__Exercise goal__: In the entries that follow, the lines from the one with "#162=ADVANCED_FACE('',(#159),#161,.F.);" through the one with "#175=CARTESIAN_POINT('',(1.74625,0.473248,1.281471));" are the ones to write out, exactly and with both ends included. Nothing else should appear.

┌──

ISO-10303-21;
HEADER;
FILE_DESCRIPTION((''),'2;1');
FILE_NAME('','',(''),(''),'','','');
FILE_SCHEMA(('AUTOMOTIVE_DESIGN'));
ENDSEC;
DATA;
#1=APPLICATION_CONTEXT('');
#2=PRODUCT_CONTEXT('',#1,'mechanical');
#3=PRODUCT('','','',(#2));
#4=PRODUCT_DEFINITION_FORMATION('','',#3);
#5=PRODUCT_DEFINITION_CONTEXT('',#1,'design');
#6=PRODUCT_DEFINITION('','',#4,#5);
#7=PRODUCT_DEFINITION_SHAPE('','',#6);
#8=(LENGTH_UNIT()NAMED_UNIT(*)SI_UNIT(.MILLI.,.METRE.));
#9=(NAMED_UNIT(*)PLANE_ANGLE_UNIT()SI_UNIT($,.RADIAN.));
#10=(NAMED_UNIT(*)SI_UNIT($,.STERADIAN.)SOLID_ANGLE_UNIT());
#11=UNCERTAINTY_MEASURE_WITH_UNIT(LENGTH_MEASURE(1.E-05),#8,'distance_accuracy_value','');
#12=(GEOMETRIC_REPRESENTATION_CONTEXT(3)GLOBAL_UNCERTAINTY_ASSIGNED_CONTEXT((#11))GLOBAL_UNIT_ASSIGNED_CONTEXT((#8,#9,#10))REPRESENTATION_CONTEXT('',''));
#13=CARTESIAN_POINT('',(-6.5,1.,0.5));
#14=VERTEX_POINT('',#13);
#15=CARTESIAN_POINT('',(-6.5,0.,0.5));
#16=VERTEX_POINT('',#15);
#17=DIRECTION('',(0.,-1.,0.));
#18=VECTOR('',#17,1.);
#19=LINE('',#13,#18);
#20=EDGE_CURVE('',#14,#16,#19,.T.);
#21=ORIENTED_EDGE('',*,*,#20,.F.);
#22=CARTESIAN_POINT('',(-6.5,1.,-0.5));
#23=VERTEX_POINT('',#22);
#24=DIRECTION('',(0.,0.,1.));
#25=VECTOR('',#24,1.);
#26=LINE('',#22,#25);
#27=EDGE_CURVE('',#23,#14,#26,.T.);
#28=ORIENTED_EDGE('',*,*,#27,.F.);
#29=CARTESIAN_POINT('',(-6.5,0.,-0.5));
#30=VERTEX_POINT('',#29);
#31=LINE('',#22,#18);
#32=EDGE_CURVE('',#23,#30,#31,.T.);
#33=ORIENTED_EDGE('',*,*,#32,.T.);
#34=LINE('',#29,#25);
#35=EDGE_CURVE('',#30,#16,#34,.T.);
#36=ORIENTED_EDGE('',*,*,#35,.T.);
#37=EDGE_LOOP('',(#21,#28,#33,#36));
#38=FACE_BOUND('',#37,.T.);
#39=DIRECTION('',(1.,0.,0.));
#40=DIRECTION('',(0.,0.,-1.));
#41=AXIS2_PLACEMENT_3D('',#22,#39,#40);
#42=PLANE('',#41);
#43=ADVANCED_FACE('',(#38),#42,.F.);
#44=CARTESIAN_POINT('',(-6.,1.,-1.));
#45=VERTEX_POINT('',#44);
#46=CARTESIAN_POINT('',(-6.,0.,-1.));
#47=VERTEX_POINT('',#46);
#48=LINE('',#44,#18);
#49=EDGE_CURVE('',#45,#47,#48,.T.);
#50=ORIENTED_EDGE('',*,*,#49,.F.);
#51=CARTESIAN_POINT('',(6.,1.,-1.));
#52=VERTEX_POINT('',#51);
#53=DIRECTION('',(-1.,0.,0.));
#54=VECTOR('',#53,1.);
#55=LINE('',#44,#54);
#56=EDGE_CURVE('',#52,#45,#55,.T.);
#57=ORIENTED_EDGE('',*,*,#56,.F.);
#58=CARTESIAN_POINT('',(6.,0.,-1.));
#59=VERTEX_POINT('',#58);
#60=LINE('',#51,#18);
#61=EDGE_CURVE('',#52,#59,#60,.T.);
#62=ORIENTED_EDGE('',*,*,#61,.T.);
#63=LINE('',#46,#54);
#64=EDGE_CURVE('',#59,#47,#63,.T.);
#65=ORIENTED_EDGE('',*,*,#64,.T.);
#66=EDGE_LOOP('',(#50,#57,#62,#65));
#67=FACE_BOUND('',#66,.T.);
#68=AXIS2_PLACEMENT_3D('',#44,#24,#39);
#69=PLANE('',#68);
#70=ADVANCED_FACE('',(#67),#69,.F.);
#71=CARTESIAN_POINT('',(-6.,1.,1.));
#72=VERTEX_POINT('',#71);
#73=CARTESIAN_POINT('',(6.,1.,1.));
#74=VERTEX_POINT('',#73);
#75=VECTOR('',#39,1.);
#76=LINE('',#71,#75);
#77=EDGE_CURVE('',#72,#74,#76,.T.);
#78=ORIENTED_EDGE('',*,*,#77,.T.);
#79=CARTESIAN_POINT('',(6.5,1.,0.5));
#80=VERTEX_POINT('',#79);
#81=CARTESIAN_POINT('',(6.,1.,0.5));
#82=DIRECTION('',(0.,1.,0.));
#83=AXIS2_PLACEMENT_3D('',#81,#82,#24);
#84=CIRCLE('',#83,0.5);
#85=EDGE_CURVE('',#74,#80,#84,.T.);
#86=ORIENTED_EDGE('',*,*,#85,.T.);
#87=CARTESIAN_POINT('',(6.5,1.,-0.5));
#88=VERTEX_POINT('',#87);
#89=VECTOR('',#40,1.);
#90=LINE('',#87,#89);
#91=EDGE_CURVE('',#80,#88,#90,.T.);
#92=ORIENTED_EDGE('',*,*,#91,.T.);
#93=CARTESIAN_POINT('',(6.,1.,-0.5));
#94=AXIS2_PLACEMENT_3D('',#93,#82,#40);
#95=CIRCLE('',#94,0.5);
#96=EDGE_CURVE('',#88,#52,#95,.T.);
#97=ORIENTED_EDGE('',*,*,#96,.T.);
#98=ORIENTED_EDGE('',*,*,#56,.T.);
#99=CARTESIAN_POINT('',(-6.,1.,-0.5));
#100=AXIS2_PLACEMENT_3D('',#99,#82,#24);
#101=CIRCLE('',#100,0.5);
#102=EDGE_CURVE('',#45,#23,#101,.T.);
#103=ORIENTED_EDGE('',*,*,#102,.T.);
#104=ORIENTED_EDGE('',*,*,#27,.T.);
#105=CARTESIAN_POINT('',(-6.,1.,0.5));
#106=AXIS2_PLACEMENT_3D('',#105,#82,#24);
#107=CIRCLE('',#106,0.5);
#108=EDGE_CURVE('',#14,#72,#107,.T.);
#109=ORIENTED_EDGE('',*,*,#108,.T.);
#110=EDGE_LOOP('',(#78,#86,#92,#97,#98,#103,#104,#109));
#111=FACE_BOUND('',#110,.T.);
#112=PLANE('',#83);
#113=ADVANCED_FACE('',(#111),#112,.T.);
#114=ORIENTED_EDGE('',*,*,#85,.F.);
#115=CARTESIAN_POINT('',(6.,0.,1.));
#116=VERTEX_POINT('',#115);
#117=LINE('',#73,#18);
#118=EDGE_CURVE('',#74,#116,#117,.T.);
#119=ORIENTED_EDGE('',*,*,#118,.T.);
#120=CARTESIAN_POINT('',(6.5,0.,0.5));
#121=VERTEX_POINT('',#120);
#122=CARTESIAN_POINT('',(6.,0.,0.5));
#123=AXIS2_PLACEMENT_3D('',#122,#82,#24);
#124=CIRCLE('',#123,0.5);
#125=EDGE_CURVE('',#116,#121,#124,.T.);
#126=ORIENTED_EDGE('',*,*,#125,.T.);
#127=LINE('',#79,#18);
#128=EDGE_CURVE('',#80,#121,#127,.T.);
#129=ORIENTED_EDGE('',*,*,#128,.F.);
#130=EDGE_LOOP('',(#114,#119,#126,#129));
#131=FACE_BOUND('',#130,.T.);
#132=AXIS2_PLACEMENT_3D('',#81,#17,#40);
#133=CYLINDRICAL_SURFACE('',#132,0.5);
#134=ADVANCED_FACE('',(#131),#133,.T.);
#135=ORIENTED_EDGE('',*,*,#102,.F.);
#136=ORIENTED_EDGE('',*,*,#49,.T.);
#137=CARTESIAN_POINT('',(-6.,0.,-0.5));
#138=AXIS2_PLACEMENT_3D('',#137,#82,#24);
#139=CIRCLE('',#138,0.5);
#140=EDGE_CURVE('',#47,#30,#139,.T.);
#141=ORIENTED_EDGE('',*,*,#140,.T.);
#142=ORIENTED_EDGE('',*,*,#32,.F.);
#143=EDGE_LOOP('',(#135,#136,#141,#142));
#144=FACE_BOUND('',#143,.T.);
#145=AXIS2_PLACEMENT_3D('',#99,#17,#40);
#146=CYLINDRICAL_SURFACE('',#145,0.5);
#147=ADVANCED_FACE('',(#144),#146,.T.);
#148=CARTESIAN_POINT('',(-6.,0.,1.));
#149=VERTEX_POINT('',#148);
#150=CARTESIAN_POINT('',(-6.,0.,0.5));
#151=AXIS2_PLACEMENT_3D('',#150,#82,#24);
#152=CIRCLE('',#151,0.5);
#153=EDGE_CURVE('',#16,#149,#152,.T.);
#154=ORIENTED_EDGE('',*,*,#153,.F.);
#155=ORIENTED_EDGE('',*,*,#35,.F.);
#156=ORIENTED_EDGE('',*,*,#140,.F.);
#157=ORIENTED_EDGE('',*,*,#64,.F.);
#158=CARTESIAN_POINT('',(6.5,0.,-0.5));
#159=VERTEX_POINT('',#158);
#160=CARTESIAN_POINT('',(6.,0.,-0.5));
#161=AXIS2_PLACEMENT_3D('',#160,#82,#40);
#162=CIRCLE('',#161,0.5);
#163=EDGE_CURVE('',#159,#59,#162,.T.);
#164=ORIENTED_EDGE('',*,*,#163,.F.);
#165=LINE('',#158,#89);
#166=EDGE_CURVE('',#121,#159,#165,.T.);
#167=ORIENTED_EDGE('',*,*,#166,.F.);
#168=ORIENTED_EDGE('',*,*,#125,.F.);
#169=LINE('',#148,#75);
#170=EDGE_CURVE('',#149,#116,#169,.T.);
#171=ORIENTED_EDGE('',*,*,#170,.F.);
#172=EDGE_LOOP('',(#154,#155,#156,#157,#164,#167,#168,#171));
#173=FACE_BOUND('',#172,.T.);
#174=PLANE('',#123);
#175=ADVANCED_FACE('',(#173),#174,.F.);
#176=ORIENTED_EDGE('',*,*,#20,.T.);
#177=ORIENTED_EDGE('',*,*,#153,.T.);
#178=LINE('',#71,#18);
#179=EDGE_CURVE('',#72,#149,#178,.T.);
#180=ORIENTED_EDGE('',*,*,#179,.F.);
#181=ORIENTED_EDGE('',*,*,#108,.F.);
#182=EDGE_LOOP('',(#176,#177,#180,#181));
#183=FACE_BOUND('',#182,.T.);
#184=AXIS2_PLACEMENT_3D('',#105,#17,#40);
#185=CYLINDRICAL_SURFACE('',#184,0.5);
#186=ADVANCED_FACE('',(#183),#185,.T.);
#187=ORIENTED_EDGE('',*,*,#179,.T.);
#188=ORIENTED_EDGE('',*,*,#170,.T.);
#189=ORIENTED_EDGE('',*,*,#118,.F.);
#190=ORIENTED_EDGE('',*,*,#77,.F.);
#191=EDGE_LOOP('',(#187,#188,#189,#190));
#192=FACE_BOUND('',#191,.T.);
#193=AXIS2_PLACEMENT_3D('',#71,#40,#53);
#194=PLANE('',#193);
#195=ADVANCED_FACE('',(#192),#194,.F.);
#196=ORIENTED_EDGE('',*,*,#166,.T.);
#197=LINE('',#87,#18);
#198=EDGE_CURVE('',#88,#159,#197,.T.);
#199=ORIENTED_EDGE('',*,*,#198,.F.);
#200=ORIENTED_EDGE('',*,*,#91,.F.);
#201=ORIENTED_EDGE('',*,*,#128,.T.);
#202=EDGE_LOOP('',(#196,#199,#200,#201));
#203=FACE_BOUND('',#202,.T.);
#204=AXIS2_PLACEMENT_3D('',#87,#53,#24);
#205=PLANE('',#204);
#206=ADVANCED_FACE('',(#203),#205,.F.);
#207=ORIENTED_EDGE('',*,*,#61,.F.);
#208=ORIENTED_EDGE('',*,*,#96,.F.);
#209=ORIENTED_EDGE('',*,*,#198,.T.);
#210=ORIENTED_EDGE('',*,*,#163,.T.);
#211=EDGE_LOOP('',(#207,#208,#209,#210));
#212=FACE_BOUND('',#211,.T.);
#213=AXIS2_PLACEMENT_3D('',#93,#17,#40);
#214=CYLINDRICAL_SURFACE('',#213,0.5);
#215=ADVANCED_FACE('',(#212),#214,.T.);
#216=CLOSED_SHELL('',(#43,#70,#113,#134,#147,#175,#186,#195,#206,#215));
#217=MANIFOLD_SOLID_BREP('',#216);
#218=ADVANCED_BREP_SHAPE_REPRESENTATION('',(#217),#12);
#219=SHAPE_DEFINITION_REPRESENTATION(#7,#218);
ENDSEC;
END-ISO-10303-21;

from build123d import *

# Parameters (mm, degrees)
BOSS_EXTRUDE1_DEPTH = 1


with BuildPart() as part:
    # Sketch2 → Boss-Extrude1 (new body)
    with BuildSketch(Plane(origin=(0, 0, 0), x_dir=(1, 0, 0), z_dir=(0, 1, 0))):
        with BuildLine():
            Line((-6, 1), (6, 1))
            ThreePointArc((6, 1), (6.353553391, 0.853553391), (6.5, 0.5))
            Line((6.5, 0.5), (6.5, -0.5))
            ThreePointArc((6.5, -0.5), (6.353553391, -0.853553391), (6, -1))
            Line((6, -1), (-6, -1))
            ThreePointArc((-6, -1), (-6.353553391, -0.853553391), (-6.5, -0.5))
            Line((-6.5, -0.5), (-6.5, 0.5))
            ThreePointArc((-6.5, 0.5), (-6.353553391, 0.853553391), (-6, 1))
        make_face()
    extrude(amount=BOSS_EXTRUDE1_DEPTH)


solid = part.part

└──
┌──

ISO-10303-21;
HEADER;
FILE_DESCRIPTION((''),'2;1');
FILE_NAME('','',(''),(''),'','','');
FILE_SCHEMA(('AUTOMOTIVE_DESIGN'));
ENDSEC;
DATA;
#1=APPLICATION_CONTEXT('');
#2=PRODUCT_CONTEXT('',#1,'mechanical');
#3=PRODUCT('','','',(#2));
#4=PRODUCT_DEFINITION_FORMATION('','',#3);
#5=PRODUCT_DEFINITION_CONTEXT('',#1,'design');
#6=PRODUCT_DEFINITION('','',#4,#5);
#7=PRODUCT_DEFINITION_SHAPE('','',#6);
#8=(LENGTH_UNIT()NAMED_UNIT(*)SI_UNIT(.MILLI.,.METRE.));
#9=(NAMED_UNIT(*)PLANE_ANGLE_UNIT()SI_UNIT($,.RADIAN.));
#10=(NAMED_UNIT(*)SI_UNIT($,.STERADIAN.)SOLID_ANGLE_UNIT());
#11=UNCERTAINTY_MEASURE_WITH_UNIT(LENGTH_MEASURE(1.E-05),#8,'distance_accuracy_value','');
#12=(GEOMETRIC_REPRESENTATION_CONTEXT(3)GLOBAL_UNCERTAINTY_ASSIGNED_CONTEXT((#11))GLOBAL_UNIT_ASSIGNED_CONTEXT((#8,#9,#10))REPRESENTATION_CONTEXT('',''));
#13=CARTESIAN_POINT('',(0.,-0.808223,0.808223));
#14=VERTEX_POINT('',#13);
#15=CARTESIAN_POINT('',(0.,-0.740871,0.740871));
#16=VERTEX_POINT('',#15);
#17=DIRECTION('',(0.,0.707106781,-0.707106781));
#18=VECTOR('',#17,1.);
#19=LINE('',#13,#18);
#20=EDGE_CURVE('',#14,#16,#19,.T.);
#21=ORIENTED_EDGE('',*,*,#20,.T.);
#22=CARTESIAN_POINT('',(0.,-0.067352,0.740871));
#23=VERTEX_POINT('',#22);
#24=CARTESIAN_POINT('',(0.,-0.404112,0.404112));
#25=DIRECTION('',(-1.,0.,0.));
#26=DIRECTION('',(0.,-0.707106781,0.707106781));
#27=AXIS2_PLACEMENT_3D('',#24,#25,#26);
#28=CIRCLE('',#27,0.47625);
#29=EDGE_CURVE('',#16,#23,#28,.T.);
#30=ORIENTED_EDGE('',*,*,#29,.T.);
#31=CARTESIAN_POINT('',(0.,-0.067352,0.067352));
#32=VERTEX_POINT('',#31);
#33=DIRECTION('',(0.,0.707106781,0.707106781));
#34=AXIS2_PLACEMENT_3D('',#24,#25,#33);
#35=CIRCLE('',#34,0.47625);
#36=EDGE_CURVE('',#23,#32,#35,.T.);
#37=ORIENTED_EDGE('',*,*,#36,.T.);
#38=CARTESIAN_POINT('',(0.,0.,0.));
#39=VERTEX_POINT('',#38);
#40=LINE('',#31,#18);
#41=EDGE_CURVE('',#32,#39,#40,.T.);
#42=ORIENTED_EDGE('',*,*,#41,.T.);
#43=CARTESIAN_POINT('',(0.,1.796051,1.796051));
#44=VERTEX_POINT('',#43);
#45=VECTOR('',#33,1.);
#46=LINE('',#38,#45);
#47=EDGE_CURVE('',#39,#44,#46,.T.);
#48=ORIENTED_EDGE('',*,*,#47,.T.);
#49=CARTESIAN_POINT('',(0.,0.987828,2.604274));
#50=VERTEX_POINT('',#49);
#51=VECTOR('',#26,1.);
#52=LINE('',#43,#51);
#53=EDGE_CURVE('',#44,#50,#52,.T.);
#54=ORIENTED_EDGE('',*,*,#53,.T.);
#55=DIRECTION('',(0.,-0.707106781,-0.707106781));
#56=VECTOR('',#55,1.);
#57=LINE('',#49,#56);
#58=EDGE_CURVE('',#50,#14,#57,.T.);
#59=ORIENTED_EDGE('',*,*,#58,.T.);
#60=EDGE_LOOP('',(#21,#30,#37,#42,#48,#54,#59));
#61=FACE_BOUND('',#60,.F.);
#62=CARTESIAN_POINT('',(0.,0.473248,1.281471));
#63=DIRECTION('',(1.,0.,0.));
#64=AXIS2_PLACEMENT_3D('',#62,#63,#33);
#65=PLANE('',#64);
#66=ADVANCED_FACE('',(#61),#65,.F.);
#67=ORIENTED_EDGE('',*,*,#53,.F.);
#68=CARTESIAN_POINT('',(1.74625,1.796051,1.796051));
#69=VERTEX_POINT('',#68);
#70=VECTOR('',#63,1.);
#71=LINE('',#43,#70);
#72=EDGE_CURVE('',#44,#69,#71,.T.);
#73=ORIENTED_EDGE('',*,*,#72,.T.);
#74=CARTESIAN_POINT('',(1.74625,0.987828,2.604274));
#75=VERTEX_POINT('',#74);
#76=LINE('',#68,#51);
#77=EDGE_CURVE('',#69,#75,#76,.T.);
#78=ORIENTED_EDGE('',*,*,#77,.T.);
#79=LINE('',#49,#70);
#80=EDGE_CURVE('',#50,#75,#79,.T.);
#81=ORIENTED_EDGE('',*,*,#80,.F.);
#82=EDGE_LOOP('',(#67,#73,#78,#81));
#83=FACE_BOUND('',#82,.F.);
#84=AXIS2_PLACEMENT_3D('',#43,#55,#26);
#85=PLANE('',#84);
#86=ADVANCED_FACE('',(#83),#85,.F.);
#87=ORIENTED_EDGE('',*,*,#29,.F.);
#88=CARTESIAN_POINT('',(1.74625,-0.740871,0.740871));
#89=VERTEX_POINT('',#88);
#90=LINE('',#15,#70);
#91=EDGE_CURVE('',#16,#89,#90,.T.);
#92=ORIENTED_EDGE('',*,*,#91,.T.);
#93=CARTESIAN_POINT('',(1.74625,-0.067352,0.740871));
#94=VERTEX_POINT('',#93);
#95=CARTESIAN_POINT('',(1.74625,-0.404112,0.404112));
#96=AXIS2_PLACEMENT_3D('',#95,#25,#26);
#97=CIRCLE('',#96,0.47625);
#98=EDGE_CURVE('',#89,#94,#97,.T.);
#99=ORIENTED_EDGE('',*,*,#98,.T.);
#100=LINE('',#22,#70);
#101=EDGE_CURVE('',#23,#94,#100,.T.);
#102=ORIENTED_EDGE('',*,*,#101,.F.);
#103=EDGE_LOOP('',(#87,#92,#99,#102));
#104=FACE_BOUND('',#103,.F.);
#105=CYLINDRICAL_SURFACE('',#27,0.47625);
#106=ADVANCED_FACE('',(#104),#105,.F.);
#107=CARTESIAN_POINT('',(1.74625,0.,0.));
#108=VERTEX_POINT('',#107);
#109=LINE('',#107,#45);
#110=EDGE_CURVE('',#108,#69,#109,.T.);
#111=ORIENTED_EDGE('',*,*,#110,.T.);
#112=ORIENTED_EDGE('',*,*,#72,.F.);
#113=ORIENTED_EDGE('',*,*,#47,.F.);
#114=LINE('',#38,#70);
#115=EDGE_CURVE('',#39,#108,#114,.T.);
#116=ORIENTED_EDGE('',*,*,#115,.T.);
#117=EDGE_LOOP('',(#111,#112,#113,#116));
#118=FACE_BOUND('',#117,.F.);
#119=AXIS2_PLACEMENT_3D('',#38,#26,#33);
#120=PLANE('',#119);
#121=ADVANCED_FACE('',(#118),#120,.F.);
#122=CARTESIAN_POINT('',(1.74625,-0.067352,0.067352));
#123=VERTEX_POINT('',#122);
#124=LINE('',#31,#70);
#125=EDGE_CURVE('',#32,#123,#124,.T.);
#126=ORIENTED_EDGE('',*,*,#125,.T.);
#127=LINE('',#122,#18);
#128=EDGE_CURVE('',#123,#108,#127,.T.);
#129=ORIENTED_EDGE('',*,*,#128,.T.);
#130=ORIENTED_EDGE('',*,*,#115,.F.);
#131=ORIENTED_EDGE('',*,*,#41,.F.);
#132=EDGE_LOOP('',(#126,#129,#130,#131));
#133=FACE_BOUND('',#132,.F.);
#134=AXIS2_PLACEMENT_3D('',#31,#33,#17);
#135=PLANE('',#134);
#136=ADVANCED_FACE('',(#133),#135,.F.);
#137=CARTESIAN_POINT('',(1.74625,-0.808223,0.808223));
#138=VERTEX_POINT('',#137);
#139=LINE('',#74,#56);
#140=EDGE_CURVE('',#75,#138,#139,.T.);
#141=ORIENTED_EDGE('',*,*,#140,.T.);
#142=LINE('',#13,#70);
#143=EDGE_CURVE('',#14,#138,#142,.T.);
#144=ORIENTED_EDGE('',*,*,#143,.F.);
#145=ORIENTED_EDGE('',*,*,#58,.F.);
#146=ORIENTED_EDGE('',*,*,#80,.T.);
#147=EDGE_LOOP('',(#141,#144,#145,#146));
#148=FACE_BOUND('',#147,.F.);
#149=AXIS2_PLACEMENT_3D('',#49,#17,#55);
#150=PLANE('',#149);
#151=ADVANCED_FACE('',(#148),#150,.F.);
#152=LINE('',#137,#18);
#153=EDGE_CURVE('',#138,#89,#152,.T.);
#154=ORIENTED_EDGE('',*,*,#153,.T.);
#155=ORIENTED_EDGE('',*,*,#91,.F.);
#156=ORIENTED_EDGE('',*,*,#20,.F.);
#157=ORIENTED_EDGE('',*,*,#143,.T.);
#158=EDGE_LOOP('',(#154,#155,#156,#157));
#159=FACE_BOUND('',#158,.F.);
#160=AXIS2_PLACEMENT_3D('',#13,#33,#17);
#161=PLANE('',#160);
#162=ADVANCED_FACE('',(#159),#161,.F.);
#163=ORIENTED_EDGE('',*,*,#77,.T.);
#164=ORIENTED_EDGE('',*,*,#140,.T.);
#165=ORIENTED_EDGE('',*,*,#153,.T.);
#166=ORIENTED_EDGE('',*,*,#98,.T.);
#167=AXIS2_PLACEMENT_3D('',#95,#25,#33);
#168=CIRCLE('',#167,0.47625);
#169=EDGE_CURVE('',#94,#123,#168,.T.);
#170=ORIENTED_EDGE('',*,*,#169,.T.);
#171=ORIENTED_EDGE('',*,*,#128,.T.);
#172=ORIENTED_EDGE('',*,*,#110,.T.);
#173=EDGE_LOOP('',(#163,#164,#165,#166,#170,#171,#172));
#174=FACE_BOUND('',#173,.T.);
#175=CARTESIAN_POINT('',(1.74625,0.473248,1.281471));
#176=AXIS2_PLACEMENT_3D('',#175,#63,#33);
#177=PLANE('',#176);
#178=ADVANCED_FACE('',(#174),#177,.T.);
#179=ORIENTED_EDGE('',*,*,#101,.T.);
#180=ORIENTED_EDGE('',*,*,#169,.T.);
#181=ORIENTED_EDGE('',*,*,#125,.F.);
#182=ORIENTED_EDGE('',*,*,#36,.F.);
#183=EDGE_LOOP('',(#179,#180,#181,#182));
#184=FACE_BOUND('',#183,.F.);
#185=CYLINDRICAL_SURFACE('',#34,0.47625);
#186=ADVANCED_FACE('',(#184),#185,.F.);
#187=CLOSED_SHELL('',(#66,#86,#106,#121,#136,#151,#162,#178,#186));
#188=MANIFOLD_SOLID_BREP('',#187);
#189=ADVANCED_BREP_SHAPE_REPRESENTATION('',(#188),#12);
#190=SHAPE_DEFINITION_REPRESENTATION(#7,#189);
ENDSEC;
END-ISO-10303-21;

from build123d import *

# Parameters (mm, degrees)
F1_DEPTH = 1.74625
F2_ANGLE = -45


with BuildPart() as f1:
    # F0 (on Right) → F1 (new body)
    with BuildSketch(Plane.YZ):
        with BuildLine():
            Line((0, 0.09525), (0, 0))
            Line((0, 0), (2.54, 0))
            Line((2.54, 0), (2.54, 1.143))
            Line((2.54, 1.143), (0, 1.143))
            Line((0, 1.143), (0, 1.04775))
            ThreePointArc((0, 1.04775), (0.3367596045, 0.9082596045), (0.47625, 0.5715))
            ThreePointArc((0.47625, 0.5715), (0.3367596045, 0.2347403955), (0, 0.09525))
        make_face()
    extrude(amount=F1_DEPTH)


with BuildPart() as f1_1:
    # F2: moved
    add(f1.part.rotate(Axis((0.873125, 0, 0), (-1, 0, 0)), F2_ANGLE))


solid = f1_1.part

└──

__Written answer__:
#162=ADVANCED_FACE('',(#159),#161,.F.);
#163=ORIENTED_EDGE('',*,*,#77,.T.);
#164=ORIENTED_EDGE('',*,*,#140,.T.);
#165=ORIENTED_EDGE('',*,*,#153,.T.);
#166=ORIENTED_EDGE('',*,*,#98,.T.);
#167=AXIS2_PLACEMENT_3D('',#95,#25,#33);
#168=CIRCLE('',#167,0.47625);
#169=EDGE_CURVE('',#94,#123,#168,.T.);
#170=ORIENTED_EDGE('',*,*,#169,.T.);
#171=ORIENTED_EDGE('',*,*,#128,.T.);
#172=ORIENTED_EDGE('',*,*,#110,.T.);
#173=EDGE_LOOP('',(#163,#164,#165,#166,#170,#171,#172));
#174=FACE_BOUND('',#173,.T.);
#175=CARTESIAN_POINT('',(1.74625,0.473248,1.281471));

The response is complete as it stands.